Specimens, subspecies, and GPS

Ryan Walters walter at rmi.net
Wed Mar 31 12:44:25 EST 1999


I have a Garmin also and in colorado it is very accurate to several meters. I e\recently traveled to texas and LA and had all soe\rts of trouble getting good
altitude readings. Part of the troublr seems to be the lack of enough sattilite signal in certain regions. 10 miles easr of Shreveport was a problem.  Also the instruments are dumbed down a bit.  The military GPS are terribly accurate but they don't let civies have that kind of power. But like we all agree, it will grow as a technology.

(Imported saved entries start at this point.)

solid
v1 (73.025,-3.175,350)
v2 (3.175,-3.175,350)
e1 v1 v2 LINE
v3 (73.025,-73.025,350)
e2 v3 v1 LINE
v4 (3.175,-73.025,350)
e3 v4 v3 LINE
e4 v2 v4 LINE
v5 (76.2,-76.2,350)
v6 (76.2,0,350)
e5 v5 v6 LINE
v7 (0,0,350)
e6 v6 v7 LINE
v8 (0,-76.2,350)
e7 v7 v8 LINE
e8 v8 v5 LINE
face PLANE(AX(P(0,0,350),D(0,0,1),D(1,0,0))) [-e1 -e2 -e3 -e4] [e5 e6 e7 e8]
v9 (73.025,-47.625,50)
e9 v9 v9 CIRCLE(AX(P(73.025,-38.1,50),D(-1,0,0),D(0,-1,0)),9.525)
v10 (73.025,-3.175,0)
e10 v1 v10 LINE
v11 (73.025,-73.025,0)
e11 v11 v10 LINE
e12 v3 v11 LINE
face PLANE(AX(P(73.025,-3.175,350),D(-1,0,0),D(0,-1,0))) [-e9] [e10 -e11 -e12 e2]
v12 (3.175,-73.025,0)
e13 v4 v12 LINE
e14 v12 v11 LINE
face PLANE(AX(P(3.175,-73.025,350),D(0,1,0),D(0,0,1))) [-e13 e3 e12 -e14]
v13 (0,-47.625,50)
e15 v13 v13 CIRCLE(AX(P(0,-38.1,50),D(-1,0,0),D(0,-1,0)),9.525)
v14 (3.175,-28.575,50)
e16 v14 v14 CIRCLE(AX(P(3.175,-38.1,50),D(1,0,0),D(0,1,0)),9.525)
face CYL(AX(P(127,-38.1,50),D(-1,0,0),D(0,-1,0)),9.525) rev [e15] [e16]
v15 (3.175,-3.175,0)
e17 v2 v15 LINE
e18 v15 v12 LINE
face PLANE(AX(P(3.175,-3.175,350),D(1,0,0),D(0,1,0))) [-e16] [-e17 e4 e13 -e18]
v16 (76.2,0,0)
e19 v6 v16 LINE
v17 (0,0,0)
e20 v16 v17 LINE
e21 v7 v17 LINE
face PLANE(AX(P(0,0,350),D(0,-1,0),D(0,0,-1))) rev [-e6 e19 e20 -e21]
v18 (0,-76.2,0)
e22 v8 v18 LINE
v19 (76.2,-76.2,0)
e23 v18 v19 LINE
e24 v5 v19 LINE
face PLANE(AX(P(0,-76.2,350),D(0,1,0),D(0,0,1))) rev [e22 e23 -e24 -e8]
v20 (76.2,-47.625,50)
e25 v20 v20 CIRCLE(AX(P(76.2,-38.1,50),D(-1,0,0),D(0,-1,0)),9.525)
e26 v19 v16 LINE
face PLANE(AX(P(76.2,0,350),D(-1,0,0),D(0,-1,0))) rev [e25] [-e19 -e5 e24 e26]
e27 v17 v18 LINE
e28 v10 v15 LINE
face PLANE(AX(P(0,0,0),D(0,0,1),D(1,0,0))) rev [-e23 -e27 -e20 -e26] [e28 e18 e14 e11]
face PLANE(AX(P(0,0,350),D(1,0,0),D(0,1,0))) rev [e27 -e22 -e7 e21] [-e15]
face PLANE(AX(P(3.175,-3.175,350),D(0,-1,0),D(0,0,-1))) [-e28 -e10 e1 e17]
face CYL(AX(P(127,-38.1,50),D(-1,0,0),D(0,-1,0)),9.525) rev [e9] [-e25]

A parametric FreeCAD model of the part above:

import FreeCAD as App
import Part
import Sketcher

V = App.Vector
Q = App.Units.Quantity


def add_polygon(sketch, points):
    """Adds a closed chain of lines whose ends are joined by coincident constraints."""
    first, n = sketch.GeometryCount, len(points)
    for a, b in zip(points, points[1:] + points[:1]):
        sketch.addGeometry(Part.LineSegment(App.Vector(*a, 0), App.Vector(*b, 0)), False)
    for i in range(n):
        sketch.addConstraint(Sketcher.Constraint("Coincident", first + i, 2, first + (i + 1) % n, 1))

doc = App.newDocument("Part")
body = doc.addObject("PartDesign::Body", "Body")

sketch1 = doc.addObject("Sketcher::SketchObject", "Sketch")
body.addObject(sketch1)
sketch1.AttachmentSupport = (doc.XY_Plane, [""])
sketch1.MapMode = "FlatFace"
add_polygon(sketch1, [(0, 0), (0, -76), (76, -76), (76, 0)])
add_polygon(sketch1, [(73, -73), (3, -73), (3, -3), (73, -3)])
sketch1.addConstraint([
    Sketcher.Constraint("Vertical", 0),
    Sketcher.Constraint("Horizontal", 1),
    Sketcher.Constraint("Vertical", 2),
    Sketcher.Constraint("Horizontal", 3),
    Sketcher.Constraint("Horizontal", 4),
    Sketcher.Constraint("Vertical", 5),
    Sketcher.Constraint("Horizontal", 6),
    Sketcher.Constraint("Vertical", 7),
    Sketcher.Constraint("Coincident", 3, 2, -1, 1),
    Sketcher.Constraint("Equal", 3, 0),
    Sketcher.Constraint("Equal", 6, 5),
    Sketcher.Constraint("DistanceX", 1, 1, 1, 2, Q("3 in")),
    Sketcher.Constraint("DistanceX", 4, 2, 4, 1, Q("2.75 in")),
    Sketcher.Constraint("DistanceX", -1, 1, 4, 2, Q("0.125 in")),
    Sketcher.Constraint("DistanceY", 4, 2, -1, 1, Q("2.875 in")),
])
pad1 = doc.addObject("PartDesign::Pad", "Pad")
body.addObject(pad1)
pad1.Profile = sketch1
pad1.Length = 350

sketch2 = doc.addObject("Sketcher::SketchObject", "Sketch001")
body.addObject(sketch2)
sketch2.AttachmentSupport = (doc.YZ_Plane, [""])
sketch2.MapMode = "FlatFace"
sketch2.addGeometry(Part.Circle(V(-38, 50, 0), V(0, 0, 1), 10), False)
sketch2.addConstraint([
    Sketcher.Constraint("Diameter", 0, Q("0.75 in")),
    Sketcher.Constraint("DistanceX", 0, 3, -1, 1, Q("1.5 in")),
    Sketcher.Constraint("DistanceY", -1, 1, 0, 3, Q("50 mm")),
])
pocket1 = doc.addObject("PartDesign::Pocket", "Pocket")
body.addObject(pocket1)
pocket1.Profile = sketch2
pocket1.Length = Q("5 in")
pocket1.Reversed = True

doc.recompute()
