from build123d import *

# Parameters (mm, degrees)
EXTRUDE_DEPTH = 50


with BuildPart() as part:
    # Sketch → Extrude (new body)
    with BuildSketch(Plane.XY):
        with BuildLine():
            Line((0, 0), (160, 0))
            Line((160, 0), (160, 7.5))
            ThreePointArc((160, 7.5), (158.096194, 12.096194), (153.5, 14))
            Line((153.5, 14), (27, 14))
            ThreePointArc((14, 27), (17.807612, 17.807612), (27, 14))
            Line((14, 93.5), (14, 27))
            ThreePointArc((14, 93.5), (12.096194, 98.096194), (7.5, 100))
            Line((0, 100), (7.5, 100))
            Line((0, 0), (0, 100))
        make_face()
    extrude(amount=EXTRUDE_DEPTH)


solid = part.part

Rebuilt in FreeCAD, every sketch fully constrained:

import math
import FreeCAD as App
import Part
import Sketcher
from FreeCAD import Vector
Q = App.Units.Quantity

doc = App.newDocument("Part")
body = doc.addObject("PartDesign::Body", "Body")

# Sketch on XY plane
sketch1 = body.newObject("Sketcher::SketchObject", "Sketch")
sketch1.AttachmentSupport = (doc.getObject("XY_Plane"), [""])
sketch1.MapMode = "FlatFace"
sketch1.addGeometry(Part.LineSegment(Vector(0, 0, 0), Vector(160, 0, 0)), False)
sketch1.addGeometry(Part.LineSegment(Vector(160, 0, 0), Vector(160, 8, 0)), False)
sketch1.addGeometry(Part.ArcOfCircle(Part.Circle(Vector(153, 7, 0), Vector(0, 0, 1), 7), math.radians(0), math.radians(90)), False)
sketch1.addGeometry(Part.LineSegment(Vector(154, 14, 0), Vector(27, 14, 0)), False)
sketch1.addGeometry(Part.ArcOfCircle(Part.Circle(Vector(27, 27, 0), Vector(0, 0, 1), 13), math.radians(-180), math.radians(-90)), False)
sketch1.addGeometry(Part.LineSegment(Vector(14, 27, 0), Vector(14, 94, 0)), False)
sketch1.addGeometry(Part.ArcOfCircle(Part.Circle(Vector(7, 93, 0), Vector(0, 0, 1), 7), math.radians(0), math.radians(90)), False)
sketch1.addGeometry(Part.LineSegment(Vector(8, 100, 0), Vector(0, 100, 0)), False)
sketch1.addGeometry(Part.LineSegment(Vector(0, 100, 0), Vector(0, 0, 0)), False)
sketch1.addConstraint(Sketcher.Constraint("Coincident", 0, 2, 1, 1))
sketch1.addConstraint(Sketcher.Constraint("Tangent", 1, 2, 2, 1))
sketch1.addConstraint(Sketcher.Constraint("Tangent", 2, 2, 3, 1))
sketch1.addConstraint(Sketcher.Constraint("Tangent", 3, 2, 4, 2))
sketch1.addConstraint(Sketcher.Constraint("Tangent", 4, 1, 5, 1))
sketch1.addConstraint(Sketcher.Constraint("Tangent", 5, 2, 6, 1))
sketch1.addConstraint(Sketcher.Constraint("Tangent", 6, 2, 7, 1))
sketch1.addConstraint(Sketcher.Constraint("Coincident", 7, 2, 8, 1))
sketch1.addConstraint(Sketcher.Constraint("Coincident", 8, 2, 0, 1))
sketch1.addConstraint(Sketcher.Constraint("Horizontal", 0))
sketch1.addConstraint(Sketcher.Constraint("Vertical", 1))
sketch1.addConstraint(Sketcher.Constraint("Horizontal", 3))
sketch1.addConstraint(Sketcher.Constraint("Vertical", 5))
sketch1.addConstraint(Sketcher.Constraint("Horizontal", 7))
sketch1.addConstraint(Sketcher.Constraint("Vertical", 8))
sketch1.addConstraint(Sketcher.Constraint("Coincident", 8, 2, -1, 1))
sketch1.addConstraint(Sketcher.Constraint("Equal", 2, 6))
sketch1.addConstraint(Sketcher.Constraint("Equal", 7, 1))
sketch1.addConstraint(Sketcher.Constraint("Radius", 4, Q("13.000001 mm")))
sketch1.addConstraint(Sketcher.Constraint("Radius", 2, Q("6.5 mm")))
sketch1.addConstraint(Sketcher.Constraint("DistanceX", 0, 1, 0, 2, Q("160 mm")))
sketch1.addConstraint(Sketcher.Constraint("DistanceY", 8, 2, 8, 1, Q("100 mm")))
sketch1.addConstraint(Sketcher.Constraint("DistanceX", 3, 2, 3, 1, Q("126.5 mm")))
pad1 = body.newObject("PartDesign::Pad", "Pad")
pad1.Profile = sketch1
pad1.Length = 50

doc.recompute()
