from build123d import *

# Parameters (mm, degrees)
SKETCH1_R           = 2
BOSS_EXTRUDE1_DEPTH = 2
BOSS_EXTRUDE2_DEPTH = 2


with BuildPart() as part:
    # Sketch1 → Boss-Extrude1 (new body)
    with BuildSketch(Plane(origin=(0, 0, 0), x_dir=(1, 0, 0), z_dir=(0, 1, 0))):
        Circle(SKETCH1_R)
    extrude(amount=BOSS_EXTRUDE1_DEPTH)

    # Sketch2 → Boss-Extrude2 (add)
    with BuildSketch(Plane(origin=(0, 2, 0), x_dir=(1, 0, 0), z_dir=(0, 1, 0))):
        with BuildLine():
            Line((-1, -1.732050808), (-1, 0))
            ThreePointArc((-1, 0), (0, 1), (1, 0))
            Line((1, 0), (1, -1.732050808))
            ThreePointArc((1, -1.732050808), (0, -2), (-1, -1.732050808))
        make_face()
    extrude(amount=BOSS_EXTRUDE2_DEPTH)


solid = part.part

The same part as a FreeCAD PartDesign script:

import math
import FreeCAD as App
import Part
import Sketcher

doc = App.newDocument("Part")
params = doc.addObject("Spreadsheet::Sheet", "Params")
for row, (alias, value) in enumerate([
    ("sketch1_diameter", "4 mm"),
    ("pad1_length", "2 mm"),
    ("sketch2_radius", "2 mm"),
    ("sketch2_radius2", "1 mm"),
    ("pad2_length", "2 mm"),
], start=1):
    params.set(f"A{row}", alias)
    params.set(f"B{row}", "=" + value)
    params.setAlias(f"B{row}", alias)

body = doc.addObject("PartDesign::Body", "Body")

sketch1 = body.newObject("Sketcher::SketchObject", "Sketch")
sketch1.AttachmentSupport = (doc.getObject("XZ_Plane"), [""])
sketch1.MapMode = "FlatFace"
sketch1.addGeometry(Part.Circle(App.Vector(0, 0, 0), App.Vector(0, 0, 1), 2), False)
sketch1.addConstraint(Sketcher.Constraint("Coincident", 0, 3, -1, 1))
sketch1.addConstraint(Sketcher.Constraint("Diameter", 0, 4.0))
sketch1.setExpression("Constraints[1]", "Params.sketch1_diameter")
pad1 = body.newObject("PartDesign::Pad", "Pad")
pad1.Profile = sketch1
pad1.setExpression("Length", "Params.pad1_length")
pad1.Reversed = True

sketch2 = body.newObject("Sketcher::SketchObject", "Sketch001")
sketch2.AttachmentSupport = (doc.getObject("XZ_Plane"), [""])
sketch2.MapMode = "FlatFace"
sketch2.AttachmentOffset = App.Placement(App.Vector(0, 0, -2), App.Rotation())
sketch2.addGeometry(Part.LineSegment(App.Vector(-1, 0, 0), App.Vector(-1, 1.732051, 0)), False)
sketch2.addGeometry(Part.ArcOfCircle(Part.Circle(App.Vector(0, 0, 0), App.Vector(0, 0, 1), 2), math.radians(60), math.radians(120)), False)
sketch2.addGeometry(Part.LineSegment(App.Vector(1, 1.732051, 0), App.Vector(1, 0, 0)), False)
sketch2.addGeometry(Part.ArcOfCircle(Part.Circle(App.Vector(0, 0, 0), App.Vector(0, 0, 1), 1), math.radians(180), math.radians(360)), False)
sketch2.addConstraint(Sketcher.Constraint("Coincident", 0, 2, 1, 2))
sketch2.addConstraint(Sketcher.Constraint("Coincident", 1, 1, 2, 1))
sketch2.addConstraint(Sketcher.Constraint("Tangent", 2, 2, 3, 2))
sketch2.addConstraint(Sketcher.Constraint("Tangent", 3, 1, 0, 1))
sketch2.addConstraint(Sketcher.Constraint("Vertical", 0))
sketch2.addConstraint(Sketcher.Constraint("Vertical", 2))
sketch2.addConstraint(Sketcher.Constraint("Coincident", 1, 3, -1, 1))
sketch2.addConstraint(Sketcher.Constraint("Coincident", 3, 3, -1, 1))
sketch2.addConstraint(Sketcher.Constraint("Radius", 1, 2.0))
sketch2.addConstraint(Sketcher.Constraint("Radius", 3, 1.0))
sketch2.setExpression("Constraints[8]", "Params.sketch2_radius")
sketch2.setExpression("Constraints[9]", "Params.sketch2_radius2")
pad2 = body.newObject("PartDesign::Pad", "Pad001")
pad2.Profile = sketch2
pad2.setExpression("Length", "Params.pad2_length")
pad2.Reversed = True

doc.recompute()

I would love a transponder to put into my one dog that gets happy feet.  I don't
know much about the altitude as use. I do collect the front range of Colorado where I can go fron 5000' to 14,000' if I am so inclined. Species change with the height. Plus it is only five letters on a lable.

Michael Gochfeld wrote:

> I think that the use of GPS will become much more widespread in the next few years.   Who knows, we may all end up with implantable tracers so that Big Brother will know where everyone of us is at any time.  You can even see why this might be a useful attachment to errant children.  New GPS techniques allow location down to less than one meter, which is far more than anyone needs for butterfly studies or labels.
>
> However, I can't yet confirm that altitude is useful.  At least at sea level my $275 Garmin is very poor at altitude.  It knows the difference between 0 and 1000', but cannot match even a cheap altimeter.
>
> That may be a fault of my instrument or location or elevation.